Inmiddels verschuift de aandacht steeds meer naar de reële economie. Het beeld op dat terrein verslechtert in rap tempo. De Europese Commissie verwacht dat de groei in de eurozone in 2009 beperkt blijft tot 0,1 procent. Dan praten we over een gemiddelde. In diverse landen zal er sprake zijn van een krimp van de bedrijvigheid.
Juncker acht het nodig dat de lidstaten die beschikken over een marge binnen hun budget, die ruimte gebruiken voor een beleid om de vertraging van de conjunctuur af te remmen. Hij drong vooral aan op maatregelen om de koopkracht van de „meest kwetsbaren”, ofwel de mensen aan de onderkant van het loongebouw of met een lage uitkering, te stutten, in zijn bewoordingen een „inkomensondersteunende aanpak.”

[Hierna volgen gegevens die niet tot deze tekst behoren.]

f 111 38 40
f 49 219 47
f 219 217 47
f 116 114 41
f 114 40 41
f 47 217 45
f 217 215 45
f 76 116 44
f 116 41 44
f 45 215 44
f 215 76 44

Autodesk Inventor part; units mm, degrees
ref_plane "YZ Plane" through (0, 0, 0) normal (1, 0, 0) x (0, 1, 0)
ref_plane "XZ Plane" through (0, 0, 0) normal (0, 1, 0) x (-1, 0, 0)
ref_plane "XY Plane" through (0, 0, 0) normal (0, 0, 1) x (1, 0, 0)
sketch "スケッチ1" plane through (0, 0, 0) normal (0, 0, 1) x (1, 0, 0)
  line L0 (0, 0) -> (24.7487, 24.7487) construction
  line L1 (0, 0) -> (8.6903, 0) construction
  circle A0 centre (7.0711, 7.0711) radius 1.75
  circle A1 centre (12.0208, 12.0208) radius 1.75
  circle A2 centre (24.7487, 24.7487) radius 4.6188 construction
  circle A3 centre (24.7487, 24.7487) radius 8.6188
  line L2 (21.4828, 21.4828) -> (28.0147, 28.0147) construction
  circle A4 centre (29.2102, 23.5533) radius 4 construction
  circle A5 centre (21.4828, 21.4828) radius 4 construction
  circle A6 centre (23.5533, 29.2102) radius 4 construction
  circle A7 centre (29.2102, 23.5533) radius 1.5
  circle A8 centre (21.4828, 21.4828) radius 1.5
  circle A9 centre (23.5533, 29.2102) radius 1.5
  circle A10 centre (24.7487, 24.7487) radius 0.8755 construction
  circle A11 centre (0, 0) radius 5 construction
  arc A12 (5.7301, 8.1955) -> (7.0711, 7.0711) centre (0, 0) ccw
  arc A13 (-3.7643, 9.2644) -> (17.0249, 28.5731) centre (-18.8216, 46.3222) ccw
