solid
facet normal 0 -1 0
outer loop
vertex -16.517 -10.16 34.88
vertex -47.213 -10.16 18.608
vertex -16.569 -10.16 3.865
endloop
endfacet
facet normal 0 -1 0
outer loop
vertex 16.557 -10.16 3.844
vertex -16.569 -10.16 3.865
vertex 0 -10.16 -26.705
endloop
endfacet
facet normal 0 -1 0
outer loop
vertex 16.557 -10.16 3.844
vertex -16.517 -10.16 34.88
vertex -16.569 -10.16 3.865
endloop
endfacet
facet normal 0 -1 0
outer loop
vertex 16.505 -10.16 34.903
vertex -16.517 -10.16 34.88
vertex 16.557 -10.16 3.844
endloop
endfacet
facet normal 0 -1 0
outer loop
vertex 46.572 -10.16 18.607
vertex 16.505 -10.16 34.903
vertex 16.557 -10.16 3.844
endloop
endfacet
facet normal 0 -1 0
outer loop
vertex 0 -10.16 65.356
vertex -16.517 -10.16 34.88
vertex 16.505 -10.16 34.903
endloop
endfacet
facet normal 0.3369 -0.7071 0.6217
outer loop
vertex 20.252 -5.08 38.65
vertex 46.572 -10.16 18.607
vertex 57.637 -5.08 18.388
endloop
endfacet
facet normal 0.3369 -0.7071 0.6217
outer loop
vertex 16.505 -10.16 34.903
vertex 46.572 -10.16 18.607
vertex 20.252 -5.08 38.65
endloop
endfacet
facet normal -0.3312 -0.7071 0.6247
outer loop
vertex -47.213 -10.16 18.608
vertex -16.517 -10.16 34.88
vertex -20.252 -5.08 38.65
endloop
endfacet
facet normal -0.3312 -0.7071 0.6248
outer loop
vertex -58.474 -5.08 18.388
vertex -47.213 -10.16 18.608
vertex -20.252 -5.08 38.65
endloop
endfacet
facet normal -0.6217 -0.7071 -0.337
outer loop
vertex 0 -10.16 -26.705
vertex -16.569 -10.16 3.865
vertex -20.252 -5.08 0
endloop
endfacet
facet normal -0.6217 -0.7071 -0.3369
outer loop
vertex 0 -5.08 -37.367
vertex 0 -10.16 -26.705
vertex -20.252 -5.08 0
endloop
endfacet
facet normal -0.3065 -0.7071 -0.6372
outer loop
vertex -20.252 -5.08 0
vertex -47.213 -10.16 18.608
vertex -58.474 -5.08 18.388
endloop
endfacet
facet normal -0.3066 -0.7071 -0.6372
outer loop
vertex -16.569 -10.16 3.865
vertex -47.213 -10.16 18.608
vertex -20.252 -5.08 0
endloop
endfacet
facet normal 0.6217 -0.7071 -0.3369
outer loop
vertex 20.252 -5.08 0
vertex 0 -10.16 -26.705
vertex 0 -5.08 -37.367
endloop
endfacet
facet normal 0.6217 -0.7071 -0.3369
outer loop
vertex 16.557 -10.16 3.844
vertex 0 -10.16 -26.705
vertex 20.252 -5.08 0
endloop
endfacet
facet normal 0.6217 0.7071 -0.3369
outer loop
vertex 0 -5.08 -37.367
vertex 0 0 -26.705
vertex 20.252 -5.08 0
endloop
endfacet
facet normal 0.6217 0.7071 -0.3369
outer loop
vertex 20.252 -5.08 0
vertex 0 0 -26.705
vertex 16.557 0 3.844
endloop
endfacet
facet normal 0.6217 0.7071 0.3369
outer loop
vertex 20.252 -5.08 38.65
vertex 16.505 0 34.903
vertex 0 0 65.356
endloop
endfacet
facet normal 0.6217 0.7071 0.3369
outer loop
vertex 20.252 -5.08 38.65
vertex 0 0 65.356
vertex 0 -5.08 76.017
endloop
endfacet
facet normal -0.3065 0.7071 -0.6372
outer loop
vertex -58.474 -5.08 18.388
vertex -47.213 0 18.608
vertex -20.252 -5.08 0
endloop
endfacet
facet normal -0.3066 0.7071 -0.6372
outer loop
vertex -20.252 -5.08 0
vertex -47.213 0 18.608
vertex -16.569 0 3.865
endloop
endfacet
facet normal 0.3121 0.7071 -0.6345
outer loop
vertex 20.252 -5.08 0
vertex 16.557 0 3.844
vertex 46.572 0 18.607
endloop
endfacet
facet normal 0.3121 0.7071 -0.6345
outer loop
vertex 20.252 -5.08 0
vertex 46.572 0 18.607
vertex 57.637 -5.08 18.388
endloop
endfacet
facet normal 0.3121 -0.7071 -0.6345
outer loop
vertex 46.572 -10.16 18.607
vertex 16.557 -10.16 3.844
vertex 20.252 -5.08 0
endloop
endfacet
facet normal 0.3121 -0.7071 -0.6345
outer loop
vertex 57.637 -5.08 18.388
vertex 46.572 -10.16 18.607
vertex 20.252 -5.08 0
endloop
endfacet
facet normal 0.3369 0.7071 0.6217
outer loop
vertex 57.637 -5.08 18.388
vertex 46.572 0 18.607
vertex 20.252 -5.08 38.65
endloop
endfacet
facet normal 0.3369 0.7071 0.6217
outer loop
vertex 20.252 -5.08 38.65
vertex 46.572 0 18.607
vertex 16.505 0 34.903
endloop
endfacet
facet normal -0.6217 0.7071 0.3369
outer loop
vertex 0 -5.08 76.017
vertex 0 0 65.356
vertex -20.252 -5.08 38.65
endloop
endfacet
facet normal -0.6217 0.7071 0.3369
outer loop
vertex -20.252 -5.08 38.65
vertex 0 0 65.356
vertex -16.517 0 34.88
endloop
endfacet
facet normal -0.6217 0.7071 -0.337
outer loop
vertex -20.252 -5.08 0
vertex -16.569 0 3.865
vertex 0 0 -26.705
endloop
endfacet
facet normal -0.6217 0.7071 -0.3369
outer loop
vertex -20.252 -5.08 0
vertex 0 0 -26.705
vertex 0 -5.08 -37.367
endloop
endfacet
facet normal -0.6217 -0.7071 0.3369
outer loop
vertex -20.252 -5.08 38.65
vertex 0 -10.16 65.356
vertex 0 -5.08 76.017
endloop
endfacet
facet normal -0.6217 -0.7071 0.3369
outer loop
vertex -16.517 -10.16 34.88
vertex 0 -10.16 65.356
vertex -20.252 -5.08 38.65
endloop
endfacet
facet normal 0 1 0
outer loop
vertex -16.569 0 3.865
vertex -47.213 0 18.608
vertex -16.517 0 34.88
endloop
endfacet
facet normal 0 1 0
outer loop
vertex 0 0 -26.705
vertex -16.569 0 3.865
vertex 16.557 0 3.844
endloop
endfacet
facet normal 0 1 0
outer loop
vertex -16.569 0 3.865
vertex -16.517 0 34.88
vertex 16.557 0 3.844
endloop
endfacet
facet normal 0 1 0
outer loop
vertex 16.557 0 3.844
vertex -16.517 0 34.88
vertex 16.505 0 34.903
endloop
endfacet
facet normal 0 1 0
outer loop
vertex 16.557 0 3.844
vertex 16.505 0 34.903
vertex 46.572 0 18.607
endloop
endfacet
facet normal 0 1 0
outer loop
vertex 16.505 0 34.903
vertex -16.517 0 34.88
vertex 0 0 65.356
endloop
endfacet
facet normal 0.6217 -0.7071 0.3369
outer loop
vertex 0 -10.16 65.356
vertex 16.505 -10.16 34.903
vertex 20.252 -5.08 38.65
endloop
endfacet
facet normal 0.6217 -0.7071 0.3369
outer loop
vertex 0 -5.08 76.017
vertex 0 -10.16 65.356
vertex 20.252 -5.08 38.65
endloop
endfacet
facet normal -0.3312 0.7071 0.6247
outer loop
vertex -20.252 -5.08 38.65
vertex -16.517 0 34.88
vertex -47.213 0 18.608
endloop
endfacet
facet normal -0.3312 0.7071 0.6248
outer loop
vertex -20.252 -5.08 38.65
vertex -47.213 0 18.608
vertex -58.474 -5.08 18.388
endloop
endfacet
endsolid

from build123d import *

# Parameters (mm, degrees)
F1_DEPTH = 10.16
F2_SIZE  = 5.07999


# Not quite as in the source:
# - a fillet or chamfer is up to 0.001 mm smaller than in the source, because OpenCascade refuses the exact size


with BuildPart() as f1:
    # F0 (on Front) → F1 (new body)
    with BuildSketch(Plane.XZ):
        Polygon((20.2520862222, 38.6501066387), (0, 76.0166272521), (-20.2520843595, 38.6501066387), (-58.4743283689, 18.3879856241), (-20.2520843595, 0), (0, -37.3665240501), (20.2520862222, 0), (57.6371251704, 18.3879856241), align=None)
    extrude(amount=F1_DEPTH)

    # F2 (size 5.08 in the source; OpenCascade refuses exactly that, so slightly less here)
    f2_edges = [f1.edges().sort_by_distance(p)[0] for p in [
        (-39.363206, -10.16, 28.519046),
        (-10.126042, -10.16, 57.333367),
        (10.126043, -10.16, 57.333367),
        (38.944606, -10.16, 28.519046),
        (38.944606, -10.16, 9.193993),
        (10.126043, -10.16, -18.683262),
        (-10.126042, -10.16, -18.683262),
        (-39.363206, -10.16, 9.193993),
        (10.126043, 0, 57.333367),
        (-10.126042, 0, 57.333367),
        (-39.363206, 0, 28.519046),
        (-39.363206, 0, 9.193993),
        (-10.126042, 0, -18.683262),
        (10.126043, 0, -18.683262),
        (38.944606, 0, 9.193993),
        (38.944606, 0, 28.519046),
    ]]
    chamfer(f2_edges, length=F2_SIZE)


solid = f1.part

Het stabiliteitspact schrijft voor dat het tekort op de begroting niet hoger mag zijn dan 3 procent van het bruto binnenlands product (bbp). Bij een hardnekkige overtreding in dit verband kan de EU zelfs een boete opleggen. Maar in 2005 zijn de spelregels een beetje afgezwakt. In uitzonderlijke omstandigheden -„en niemand ontkent dat die nu aan de orde zijn”, zegt Juncker- zit er rek in de genoemde grens.
De overschrijding dient wel tijdelijk te zijn en zo dicht mogelijk bij de 3 procent te blijven. Over een precieze interpretatie van deze voorwaarden wilde Juncker niet speculeren. Enkel gaf hij aan: „Dichtbij betekent in ieder geval niet 5 of 6 procent.” Eurocommissaris Almunia (Monetaire en Economische Zaken) zei maandag ook al dat hij bij de beoordeling van de tekorten soepelheid zal betrachten.

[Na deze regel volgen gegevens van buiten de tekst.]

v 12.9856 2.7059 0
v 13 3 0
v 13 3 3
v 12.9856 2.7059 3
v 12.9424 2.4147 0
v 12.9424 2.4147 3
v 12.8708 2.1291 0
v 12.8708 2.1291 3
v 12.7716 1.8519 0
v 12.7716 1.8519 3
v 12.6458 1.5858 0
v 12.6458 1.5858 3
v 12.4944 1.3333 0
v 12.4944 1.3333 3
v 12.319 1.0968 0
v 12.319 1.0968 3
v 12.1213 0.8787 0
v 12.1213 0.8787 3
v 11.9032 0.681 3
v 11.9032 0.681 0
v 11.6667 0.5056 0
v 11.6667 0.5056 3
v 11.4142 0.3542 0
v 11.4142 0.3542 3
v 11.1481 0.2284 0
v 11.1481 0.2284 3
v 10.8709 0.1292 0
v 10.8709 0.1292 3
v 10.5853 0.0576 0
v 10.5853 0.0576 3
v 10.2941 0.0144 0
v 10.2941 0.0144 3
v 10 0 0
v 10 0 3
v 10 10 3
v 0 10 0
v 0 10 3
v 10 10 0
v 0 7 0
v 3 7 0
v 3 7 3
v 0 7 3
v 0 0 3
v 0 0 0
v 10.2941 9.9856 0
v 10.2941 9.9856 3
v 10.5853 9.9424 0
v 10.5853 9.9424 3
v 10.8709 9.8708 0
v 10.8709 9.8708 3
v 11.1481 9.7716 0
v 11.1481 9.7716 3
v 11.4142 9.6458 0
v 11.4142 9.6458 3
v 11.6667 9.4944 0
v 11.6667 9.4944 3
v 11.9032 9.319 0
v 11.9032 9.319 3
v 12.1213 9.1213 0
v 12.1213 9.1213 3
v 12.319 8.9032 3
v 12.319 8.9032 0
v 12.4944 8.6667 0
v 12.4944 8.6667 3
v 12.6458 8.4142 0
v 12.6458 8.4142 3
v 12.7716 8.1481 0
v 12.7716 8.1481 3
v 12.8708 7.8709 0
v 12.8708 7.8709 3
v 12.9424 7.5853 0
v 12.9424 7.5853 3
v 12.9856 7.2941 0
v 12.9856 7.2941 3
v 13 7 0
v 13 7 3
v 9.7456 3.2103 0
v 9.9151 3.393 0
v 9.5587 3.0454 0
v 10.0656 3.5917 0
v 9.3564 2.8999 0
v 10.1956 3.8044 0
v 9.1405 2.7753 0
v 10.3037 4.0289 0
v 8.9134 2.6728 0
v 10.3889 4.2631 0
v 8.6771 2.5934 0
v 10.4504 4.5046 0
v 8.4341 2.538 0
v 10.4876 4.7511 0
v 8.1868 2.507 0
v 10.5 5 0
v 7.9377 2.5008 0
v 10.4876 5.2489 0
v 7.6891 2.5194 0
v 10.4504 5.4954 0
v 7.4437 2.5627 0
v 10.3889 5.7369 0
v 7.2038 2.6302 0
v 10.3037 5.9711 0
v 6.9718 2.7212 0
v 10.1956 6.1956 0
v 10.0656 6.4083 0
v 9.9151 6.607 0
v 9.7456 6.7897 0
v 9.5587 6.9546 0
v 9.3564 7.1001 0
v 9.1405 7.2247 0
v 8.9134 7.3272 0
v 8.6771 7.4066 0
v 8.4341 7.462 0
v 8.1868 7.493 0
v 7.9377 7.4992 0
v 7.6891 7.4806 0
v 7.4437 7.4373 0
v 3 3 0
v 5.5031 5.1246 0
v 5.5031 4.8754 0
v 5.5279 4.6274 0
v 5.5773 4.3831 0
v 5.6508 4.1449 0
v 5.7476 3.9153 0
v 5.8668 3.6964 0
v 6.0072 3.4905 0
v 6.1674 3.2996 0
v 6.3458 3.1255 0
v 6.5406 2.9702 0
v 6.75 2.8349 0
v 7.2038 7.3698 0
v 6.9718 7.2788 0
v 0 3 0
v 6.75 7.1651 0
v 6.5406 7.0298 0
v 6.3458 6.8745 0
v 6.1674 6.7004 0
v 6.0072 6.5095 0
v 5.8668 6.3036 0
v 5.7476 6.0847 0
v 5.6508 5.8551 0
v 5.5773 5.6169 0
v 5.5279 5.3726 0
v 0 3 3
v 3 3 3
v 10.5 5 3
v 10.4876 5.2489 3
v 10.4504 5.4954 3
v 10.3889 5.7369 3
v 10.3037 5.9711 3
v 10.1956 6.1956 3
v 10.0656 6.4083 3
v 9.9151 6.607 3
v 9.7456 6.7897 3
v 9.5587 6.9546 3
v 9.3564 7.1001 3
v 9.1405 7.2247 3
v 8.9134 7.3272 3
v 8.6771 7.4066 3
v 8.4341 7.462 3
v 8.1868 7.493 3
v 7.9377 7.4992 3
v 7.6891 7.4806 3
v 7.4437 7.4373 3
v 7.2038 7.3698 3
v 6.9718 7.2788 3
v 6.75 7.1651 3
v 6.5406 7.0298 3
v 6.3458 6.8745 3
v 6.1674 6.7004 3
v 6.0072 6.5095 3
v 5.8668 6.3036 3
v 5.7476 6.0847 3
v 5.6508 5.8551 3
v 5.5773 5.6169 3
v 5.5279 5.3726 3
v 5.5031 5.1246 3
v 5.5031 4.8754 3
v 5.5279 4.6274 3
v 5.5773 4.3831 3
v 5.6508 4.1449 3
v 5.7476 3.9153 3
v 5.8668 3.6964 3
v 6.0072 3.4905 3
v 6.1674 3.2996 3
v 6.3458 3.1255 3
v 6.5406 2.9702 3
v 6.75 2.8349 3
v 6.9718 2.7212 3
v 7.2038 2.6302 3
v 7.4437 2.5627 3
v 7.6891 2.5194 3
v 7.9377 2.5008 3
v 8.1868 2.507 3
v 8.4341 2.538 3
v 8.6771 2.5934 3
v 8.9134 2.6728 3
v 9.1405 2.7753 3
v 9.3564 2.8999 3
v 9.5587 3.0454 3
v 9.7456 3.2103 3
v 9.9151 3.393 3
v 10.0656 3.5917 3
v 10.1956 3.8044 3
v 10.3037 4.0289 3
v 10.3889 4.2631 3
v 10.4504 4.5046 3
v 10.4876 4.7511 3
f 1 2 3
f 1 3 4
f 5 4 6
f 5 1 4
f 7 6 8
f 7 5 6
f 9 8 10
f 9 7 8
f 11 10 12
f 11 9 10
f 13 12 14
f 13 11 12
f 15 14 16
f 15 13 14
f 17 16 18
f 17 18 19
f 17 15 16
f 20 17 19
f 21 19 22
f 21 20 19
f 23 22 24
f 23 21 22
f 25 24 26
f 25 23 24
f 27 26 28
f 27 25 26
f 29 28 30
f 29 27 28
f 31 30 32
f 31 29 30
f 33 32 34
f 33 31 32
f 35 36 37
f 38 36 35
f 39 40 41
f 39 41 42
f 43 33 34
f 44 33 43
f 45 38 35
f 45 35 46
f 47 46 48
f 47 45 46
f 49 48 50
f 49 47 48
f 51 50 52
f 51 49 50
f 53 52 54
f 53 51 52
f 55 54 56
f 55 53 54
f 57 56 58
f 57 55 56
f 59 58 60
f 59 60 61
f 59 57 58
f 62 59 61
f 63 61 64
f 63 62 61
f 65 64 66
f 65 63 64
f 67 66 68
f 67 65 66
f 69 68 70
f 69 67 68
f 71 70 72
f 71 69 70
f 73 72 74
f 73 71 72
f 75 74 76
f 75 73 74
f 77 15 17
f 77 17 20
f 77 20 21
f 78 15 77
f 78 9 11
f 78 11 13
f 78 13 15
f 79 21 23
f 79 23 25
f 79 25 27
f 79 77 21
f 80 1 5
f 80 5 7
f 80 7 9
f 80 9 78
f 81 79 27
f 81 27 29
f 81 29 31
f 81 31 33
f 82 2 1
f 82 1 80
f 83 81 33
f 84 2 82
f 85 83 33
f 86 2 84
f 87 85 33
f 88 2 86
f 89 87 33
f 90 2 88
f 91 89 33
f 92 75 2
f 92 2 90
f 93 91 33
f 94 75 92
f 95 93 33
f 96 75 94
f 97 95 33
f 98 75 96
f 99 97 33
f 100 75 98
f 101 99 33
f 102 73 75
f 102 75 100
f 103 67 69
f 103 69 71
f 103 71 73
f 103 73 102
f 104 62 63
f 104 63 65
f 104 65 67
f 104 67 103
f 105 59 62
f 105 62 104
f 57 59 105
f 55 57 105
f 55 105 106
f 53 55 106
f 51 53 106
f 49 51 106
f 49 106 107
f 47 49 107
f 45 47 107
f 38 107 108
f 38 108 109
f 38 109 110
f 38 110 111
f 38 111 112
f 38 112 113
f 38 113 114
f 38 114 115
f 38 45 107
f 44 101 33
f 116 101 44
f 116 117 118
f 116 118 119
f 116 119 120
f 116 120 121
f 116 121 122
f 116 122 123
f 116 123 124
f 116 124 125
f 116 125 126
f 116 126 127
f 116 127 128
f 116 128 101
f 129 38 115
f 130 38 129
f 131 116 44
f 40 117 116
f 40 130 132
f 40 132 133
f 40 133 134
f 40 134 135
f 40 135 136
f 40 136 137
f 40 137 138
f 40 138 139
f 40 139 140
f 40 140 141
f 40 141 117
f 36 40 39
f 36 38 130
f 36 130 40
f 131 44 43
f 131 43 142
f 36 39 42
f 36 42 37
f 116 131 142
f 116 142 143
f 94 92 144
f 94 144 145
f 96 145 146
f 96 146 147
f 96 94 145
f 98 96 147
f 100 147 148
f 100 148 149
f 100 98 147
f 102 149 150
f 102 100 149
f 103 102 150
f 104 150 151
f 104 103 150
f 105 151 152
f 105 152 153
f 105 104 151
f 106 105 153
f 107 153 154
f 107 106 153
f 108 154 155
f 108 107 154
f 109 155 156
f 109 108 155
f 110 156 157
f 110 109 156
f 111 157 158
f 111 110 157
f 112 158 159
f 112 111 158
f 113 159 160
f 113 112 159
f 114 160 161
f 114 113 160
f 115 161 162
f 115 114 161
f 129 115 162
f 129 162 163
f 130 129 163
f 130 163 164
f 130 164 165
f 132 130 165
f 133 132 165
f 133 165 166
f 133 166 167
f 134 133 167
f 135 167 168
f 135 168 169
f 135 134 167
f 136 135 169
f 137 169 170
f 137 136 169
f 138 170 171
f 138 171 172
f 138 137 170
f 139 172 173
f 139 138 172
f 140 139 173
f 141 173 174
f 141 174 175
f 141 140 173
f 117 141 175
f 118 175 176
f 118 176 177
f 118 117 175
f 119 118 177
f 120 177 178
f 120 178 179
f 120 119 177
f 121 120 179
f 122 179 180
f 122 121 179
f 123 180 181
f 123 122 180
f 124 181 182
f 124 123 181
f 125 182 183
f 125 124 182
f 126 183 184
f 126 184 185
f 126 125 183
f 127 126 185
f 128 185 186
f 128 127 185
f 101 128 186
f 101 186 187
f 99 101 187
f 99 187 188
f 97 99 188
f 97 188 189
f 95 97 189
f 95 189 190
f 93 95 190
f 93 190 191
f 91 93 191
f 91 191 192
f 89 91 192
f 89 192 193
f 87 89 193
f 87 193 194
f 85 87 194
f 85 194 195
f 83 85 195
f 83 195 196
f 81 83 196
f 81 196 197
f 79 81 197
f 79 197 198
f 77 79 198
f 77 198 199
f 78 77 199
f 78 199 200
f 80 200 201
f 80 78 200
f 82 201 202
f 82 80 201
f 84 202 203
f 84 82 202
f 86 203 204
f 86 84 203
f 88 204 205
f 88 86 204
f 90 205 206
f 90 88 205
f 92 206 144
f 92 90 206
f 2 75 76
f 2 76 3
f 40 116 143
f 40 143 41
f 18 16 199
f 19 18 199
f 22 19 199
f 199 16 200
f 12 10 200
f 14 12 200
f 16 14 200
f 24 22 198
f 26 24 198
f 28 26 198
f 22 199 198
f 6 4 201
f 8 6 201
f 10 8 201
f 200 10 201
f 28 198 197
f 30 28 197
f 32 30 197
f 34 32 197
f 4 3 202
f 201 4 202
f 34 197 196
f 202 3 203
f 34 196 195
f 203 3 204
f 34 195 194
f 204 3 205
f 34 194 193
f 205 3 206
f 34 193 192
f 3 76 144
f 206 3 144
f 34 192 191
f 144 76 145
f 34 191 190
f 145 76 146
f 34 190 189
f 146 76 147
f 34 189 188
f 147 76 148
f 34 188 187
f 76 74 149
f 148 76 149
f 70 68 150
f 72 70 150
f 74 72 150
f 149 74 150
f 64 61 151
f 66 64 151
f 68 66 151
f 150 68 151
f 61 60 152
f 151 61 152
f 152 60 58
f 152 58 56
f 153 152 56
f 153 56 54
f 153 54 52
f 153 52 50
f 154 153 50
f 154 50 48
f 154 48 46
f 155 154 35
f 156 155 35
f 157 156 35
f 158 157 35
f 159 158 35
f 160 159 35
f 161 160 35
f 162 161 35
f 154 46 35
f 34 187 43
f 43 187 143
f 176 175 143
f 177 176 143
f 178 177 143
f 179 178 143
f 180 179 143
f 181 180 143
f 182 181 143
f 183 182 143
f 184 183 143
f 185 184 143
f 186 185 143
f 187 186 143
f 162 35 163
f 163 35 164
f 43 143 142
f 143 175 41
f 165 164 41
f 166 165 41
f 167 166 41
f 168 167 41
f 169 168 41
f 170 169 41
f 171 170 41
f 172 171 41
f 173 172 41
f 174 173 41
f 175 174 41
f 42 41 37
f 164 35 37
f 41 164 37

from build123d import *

# Parameters (mm, degrees)
SKETCH1_R           = 2.5
BOSS_EXTRUDE1_DEPTH = 3


with BuildPart() as part:
    # Sketch1 → Boss-Extrude1 (new body)
    with BuildSketch(Plane.XY):
        with BuildLine():
            Line((0, 10), (10, 10))
            ThreePointArc((10, 10), (12.121320344, 9.121320344), (13, 7))
            Line((13, 7), (13, 3))
            ThreePointArc((13, 3), (12.121320344, 0.878679656), (10, 0))
            Line((10, 0), (0, 0))
            Line((0, 0), (0, 3))
            Line((0, 3), (3, 3))
            Line((3, 3), (3, 7))
            Line((3, 7), (0, 7))
            Line((0, 7), (0, 10))
        make_face()
        with Locations((8, 5)):
            Circle(SKETCH1_R, mode=Mode.SUBTRACT)
    extrude(amount=BOSS_EXTRUDE1_DEPTH)


solid = part.part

Juncker valt Sarkozy bij als het gaat om diens pleidooi voor steun vanuit Europa voor de auto-industrie. Met hetzelfde argument: de VS hebben deze bedrijfstak 25 miljard dollar aangereikt. „Dan is het ondenkbaar dat wij daar niet op reageren”, aldus de Luxemburgse premier.
Anders dan Sarkozy vindt hij het echter geen goed idee om voortaan regelmatig de regeringschefs van de eurolanden met elkaar te laten vergaderen. „Alleen als de situatie daarom vraagt, we moeten dat overleg niet institutionaliseren”, meent Juncker. „Het moet een toegevoegde waarde houden.”